Many invasive species are able to escape from coevolved enemies and thus enjoy a competitive advantage over native species. However, during the invasion phase, non-native species must overcome many ecological and/or physiological hurdles before they become established and spread in their new habitats. This may explain why most introduced species either fail to establish or remain as rare interstitials in their new ranges. Studies focusing on invasive species have been based on plants or animals where establishment requires the possession of preadapted traits from their native ranges that enables them to establish and spread in their new habitats. The possession of preadapted traits that facilitate the exploitation of novel resources or to colonize novel habitats is known as 'ecological fitting'. Some species have evolved traits and life histories that reflect highly intimate associations with very specific types of habitats or niches. For these species, their phenological windows are narrow, and thus the ability to colonize non-native habitats requires that a number of conditions need to be met in accordance with their more specialized life histories. Some of the strongest examples of more complex ecological fitting involve invasive parasites that require different animal hosts to complete their life cycles. For instance, the giant liver fluke, Fascioloides magna, is a major parasite of several species of ungulates in North America. The species exhibits a life cycle whereby newly hatched larvae must find suitable intermediate hosts (freshwater snails) and mature larvae, definitive hosts (ungulates). Intermediate and definitive host ranges of F. magna in its native range are low in number, yet this parasite has been successfully introduced into Europe where it has become a parasite of native European snails and deer. We discuss how the ability of these parasites to overcome multiple ecophysiological barriers represents an excellent example of 'multiple-level ecological fitting'.
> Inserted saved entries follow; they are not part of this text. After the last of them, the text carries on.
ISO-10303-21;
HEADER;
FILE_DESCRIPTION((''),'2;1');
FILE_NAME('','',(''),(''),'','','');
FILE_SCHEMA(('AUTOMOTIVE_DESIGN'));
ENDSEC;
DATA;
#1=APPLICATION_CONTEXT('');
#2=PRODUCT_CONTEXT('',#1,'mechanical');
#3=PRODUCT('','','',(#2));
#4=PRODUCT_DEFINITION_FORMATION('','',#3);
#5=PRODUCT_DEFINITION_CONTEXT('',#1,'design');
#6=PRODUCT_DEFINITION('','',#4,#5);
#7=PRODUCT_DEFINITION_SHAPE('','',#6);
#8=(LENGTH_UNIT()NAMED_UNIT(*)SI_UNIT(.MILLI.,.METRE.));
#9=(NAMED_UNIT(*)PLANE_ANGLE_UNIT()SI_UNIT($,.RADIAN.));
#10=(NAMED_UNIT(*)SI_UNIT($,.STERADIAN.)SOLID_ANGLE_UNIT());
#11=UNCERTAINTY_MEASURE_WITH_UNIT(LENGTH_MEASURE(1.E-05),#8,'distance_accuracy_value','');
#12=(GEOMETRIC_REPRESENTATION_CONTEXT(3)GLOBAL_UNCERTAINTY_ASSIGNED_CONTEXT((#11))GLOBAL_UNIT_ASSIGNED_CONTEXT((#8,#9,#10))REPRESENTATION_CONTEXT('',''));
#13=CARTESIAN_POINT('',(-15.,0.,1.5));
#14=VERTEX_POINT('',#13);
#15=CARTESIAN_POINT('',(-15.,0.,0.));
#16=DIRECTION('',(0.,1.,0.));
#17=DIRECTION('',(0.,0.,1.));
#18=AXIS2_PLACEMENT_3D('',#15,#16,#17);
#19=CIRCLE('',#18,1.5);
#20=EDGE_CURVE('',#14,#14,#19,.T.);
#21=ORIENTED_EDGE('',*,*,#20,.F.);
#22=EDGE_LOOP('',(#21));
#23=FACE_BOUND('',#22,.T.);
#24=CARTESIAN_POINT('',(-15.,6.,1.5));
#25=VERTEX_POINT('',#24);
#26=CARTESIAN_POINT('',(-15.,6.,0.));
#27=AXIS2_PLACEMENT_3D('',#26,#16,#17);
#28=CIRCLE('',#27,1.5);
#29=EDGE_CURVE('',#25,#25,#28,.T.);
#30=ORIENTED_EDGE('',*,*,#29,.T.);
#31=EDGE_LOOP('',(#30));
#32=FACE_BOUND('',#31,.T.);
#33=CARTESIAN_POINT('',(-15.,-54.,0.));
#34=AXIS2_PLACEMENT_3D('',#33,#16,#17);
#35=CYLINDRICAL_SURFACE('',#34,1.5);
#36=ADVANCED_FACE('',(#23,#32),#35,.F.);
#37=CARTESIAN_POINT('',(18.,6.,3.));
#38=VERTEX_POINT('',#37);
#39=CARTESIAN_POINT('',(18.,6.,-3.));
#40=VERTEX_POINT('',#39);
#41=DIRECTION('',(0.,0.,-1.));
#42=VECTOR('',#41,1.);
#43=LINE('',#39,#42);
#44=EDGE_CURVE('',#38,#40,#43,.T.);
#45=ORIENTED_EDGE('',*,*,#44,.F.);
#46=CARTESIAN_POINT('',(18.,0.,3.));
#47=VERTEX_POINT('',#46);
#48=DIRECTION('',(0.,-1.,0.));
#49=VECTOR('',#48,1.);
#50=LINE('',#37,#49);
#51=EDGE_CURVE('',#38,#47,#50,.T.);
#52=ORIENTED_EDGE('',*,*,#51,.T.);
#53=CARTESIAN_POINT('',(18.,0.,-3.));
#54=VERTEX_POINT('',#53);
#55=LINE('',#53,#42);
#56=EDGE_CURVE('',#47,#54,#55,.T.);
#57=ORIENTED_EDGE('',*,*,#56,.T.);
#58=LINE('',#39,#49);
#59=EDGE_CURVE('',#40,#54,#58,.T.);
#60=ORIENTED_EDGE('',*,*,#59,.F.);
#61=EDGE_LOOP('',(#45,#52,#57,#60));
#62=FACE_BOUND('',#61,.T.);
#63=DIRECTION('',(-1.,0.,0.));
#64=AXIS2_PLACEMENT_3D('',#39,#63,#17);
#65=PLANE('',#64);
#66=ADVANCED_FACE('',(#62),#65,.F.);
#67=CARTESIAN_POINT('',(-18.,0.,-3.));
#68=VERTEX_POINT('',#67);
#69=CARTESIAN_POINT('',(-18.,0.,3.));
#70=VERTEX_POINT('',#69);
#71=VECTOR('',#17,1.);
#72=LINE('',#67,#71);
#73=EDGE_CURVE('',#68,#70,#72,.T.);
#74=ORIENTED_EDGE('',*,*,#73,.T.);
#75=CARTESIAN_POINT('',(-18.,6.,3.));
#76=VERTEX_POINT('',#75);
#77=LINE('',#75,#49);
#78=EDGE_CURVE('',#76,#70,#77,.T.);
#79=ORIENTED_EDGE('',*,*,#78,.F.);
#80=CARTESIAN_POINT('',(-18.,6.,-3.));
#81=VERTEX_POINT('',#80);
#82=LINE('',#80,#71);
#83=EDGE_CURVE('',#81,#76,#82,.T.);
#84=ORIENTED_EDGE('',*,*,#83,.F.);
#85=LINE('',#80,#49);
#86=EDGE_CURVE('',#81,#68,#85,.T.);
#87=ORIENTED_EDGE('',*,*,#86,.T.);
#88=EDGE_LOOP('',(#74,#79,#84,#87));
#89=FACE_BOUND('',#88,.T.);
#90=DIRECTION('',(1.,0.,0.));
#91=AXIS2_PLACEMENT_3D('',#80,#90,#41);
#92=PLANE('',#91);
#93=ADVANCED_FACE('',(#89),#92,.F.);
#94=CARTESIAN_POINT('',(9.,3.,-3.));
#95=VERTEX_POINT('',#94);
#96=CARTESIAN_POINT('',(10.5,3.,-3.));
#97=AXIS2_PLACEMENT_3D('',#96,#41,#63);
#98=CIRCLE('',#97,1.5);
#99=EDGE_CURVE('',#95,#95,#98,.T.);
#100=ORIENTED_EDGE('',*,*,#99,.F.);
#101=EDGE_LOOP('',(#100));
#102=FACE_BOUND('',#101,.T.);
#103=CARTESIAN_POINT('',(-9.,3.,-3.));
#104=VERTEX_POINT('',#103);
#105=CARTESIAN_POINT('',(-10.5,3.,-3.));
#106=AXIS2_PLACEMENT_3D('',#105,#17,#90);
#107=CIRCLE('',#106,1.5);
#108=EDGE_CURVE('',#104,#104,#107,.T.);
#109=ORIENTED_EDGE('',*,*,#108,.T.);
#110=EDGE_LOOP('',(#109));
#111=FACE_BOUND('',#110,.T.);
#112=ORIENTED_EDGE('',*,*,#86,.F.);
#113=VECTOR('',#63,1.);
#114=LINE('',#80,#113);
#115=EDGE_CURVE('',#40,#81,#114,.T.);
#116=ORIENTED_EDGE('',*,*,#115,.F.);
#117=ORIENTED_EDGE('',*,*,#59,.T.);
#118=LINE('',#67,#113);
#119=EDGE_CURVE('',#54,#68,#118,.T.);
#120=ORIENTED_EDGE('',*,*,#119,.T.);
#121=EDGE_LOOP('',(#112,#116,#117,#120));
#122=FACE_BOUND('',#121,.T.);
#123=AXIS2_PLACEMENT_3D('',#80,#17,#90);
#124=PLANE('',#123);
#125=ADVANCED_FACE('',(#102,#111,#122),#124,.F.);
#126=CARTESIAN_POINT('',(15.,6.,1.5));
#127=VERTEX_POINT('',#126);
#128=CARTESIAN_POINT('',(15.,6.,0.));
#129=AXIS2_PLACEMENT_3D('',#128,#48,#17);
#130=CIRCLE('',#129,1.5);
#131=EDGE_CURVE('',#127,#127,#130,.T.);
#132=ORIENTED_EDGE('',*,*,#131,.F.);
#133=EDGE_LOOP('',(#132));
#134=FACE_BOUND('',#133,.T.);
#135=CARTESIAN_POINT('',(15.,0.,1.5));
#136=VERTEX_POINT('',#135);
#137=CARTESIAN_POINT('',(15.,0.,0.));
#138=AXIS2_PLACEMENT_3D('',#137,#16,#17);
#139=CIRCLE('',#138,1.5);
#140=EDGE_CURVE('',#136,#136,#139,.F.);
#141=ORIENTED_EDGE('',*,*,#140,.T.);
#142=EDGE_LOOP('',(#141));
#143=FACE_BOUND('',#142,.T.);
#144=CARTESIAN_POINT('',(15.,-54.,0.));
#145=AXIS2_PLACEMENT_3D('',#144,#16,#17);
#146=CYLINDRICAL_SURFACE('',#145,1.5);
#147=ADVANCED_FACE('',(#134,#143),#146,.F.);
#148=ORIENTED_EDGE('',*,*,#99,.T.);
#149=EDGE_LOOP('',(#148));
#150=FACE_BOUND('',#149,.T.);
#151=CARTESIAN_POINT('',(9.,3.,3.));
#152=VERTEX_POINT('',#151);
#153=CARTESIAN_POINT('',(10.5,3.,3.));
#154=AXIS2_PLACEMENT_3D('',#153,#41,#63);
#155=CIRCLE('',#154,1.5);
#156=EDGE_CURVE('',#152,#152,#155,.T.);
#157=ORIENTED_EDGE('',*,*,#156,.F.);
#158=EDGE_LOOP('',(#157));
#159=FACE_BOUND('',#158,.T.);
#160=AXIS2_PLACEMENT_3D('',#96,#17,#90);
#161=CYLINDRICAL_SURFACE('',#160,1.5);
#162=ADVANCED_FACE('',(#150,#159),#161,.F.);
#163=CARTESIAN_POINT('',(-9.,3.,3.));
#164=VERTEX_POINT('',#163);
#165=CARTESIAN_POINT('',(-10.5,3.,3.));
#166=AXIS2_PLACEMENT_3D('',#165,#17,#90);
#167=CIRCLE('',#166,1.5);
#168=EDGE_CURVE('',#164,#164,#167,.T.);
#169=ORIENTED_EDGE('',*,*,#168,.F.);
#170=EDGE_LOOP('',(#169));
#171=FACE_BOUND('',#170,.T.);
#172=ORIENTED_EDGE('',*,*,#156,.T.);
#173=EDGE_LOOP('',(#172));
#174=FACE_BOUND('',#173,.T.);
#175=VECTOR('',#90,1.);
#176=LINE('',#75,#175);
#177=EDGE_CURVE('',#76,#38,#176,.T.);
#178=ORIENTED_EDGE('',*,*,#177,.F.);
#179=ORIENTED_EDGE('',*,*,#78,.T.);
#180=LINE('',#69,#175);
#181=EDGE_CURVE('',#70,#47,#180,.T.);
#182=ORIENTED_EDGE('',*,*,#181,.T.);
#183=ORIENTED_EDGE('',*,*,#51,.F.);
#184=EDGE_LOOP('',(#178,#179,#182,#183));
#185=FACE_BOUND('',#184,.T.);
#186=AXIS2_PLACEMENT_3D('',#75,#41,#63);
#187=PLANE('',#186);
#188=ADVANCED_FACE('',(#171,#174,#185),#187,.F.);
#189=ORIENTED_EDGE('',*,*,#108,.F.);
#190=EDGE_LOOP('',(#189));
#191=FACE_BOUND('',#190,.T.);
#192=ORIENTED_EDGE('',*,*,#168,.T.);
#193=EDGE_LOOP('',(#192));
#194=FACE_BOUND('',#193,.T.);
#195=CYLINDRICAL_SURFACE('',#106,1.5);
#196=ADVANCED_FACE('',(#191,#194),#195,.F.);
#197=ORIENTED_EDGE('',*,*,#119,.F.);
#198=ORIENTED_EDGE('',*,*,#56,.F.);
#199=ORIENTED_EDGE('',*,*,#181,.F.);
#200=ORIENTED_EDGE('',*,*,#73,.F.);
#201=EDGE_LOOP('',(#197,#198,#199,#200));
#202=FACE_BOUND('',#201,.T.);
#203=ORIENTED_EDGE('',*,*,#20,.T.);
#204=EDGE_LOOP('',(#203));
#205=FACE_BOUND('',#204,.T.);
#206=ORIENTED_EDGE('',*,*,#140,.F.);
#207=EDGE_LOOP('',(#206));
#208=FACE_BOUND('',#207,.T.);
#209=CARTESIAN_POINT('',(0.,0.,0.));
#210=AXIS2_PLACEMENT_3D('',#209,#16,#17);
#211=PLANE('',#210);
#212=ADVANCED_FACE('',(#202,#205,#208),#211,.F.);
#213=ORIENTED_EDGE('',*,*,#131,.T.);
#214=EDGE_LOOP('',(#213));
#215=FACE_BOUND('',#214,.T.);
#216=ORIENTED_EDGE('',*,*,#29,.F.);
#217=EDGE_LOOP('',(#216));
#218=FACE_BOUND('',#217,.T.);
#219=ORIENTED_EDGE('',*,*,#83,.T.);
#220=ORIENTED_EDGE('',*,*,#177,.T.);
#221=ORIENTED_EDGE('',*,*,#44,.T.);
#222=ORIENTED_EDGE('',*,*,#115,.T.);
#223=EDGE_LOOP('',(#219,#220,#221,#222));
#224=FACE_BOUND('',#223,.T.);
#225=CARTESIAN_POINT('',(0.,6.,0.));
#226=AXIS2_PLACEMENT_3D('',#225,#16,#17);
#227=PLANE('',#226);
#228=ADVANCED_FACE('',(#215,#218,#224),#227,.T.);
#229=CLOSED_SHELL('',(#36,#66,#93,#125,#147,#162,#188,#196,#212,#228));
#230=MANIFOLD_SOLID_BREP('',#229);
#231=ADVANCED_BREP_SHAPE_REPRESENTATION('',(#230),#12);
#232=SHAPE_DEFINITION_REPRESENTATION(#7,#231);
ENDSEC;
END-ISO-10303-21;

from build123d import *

# Parameters (mm, degrees)
ESQUISSE1_W             = 36
ESQUISSE1_H             = 6
BOSS_EXTRU_1_DEPTH      = 6
ESQUISSE2_R             = 1.5
ENL_V_MAT_EXTRU_1_DEPTH = 60
ESQUISSE3_R             = 1.5
ENL_V_MAT_EXTRU_2_DEPTH = 6


with BuildPart() as part:
    # Esquisse1 → Boss.-Extru.1 (new body)
    with BuildSketch(Plane(origin=(0, 0, 0), x_dir=(1, 0, 0), z_dir=(0, 1, 0))):
        Rectangle(ESQUISSE1_W, ESQUISSE1_H)
    extrude(amount=BOSS_EXTRU_1_DEPTH)

    # Esquisse2 → Enlèv. mat.-Extru.1 (cut)
    with BuildSketch(Plane(origin=(0, 6, 0), x_dir=(1, 0, 0), z_dir=(0, 1, 0))):
        with Locations((-15, 0)):
            Circle(ESQUISSE2_R)
    enl_v_mat_extru_1 = extrude(amount=-ENL_V_MAT_EXTRU_1_DEPTH, mode=Mode.SUBTRACT)

    # Symétrie1: Enlèv. mat.-Extru.1 across plane
    add(enl_v_mat_extru_1.mirror(Plane(origin=(0, 0, 0), x_dir=(0, 0, 1), z_dir=(1, 0, 0))), mode=Mode.SUBTRACT)

    # Esquisse3 → Enlèv. mat.-Extru.2 (cut)
    with BuildSketch(Plane.XY.offset(3)):
        with Locations((-10.5, 3)):
            Circle(ESQUISSE3_R)
    enl_v_mat_extru_2 = extrude(amount=-ENL_V_MAT_EXTRU_2_DEPTH, mode=Mode.SUBTRACT)

    # Symétrie2: Enlèv. mat.-Extru.2 across plane
    add(enl_v_mat_extru_2.mirror(Plane(origin=(0, 0, 0), x_dir=(0, 0, 1), z_dir=(1, 0, 0))), mode=Mode.SUBTRACT)


solid = part.part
Life history and biology of Fascioloides magna (Trematoda) and its native and exotic hosts

Host-parasite interactions are model systems in a wide range of ecological and evolutionary fields and may be utilized for testing numerous theories and hypotheses in terms of both applied and fundamental research. For instance, they are important in terms of studying coevolutionary arms races, species invasions, and in economic terms the health of livestock and humans. Here, I present a comprehensive description of the life history, biogeography, and biology of the giant liver fluke, Fascioloides magna, and both its intermediate and definitive hosts. F. magna is native to North America where it uses several species of freshwater snails (Lymnaeidae) as intermediate hosts and four main species of ungulates as definitive hosts. The fluke has also been introduced into parts of Europe where it is now established in two lymnaeid snail species and three ungulate species. This study gives a comprehensive description of different developmental stages of the fluke in its two host classes, as well as detailed notes on historical and present distributions of F. magna in North America and Europe as well as in its snail and deer hosts (with range maps provided). Aberrant and dead-end hosts are also discussed in detail, and descriptive phylogenies are provided for all of the organisms. I briefly discuss how F. magna represents a model example of multiple-level ecological fitting, a phenomenon not yet described in the empirical literature. Lastly, I explore possible future scenarios for fluke invasion in Europe, where it is currently expanding its range.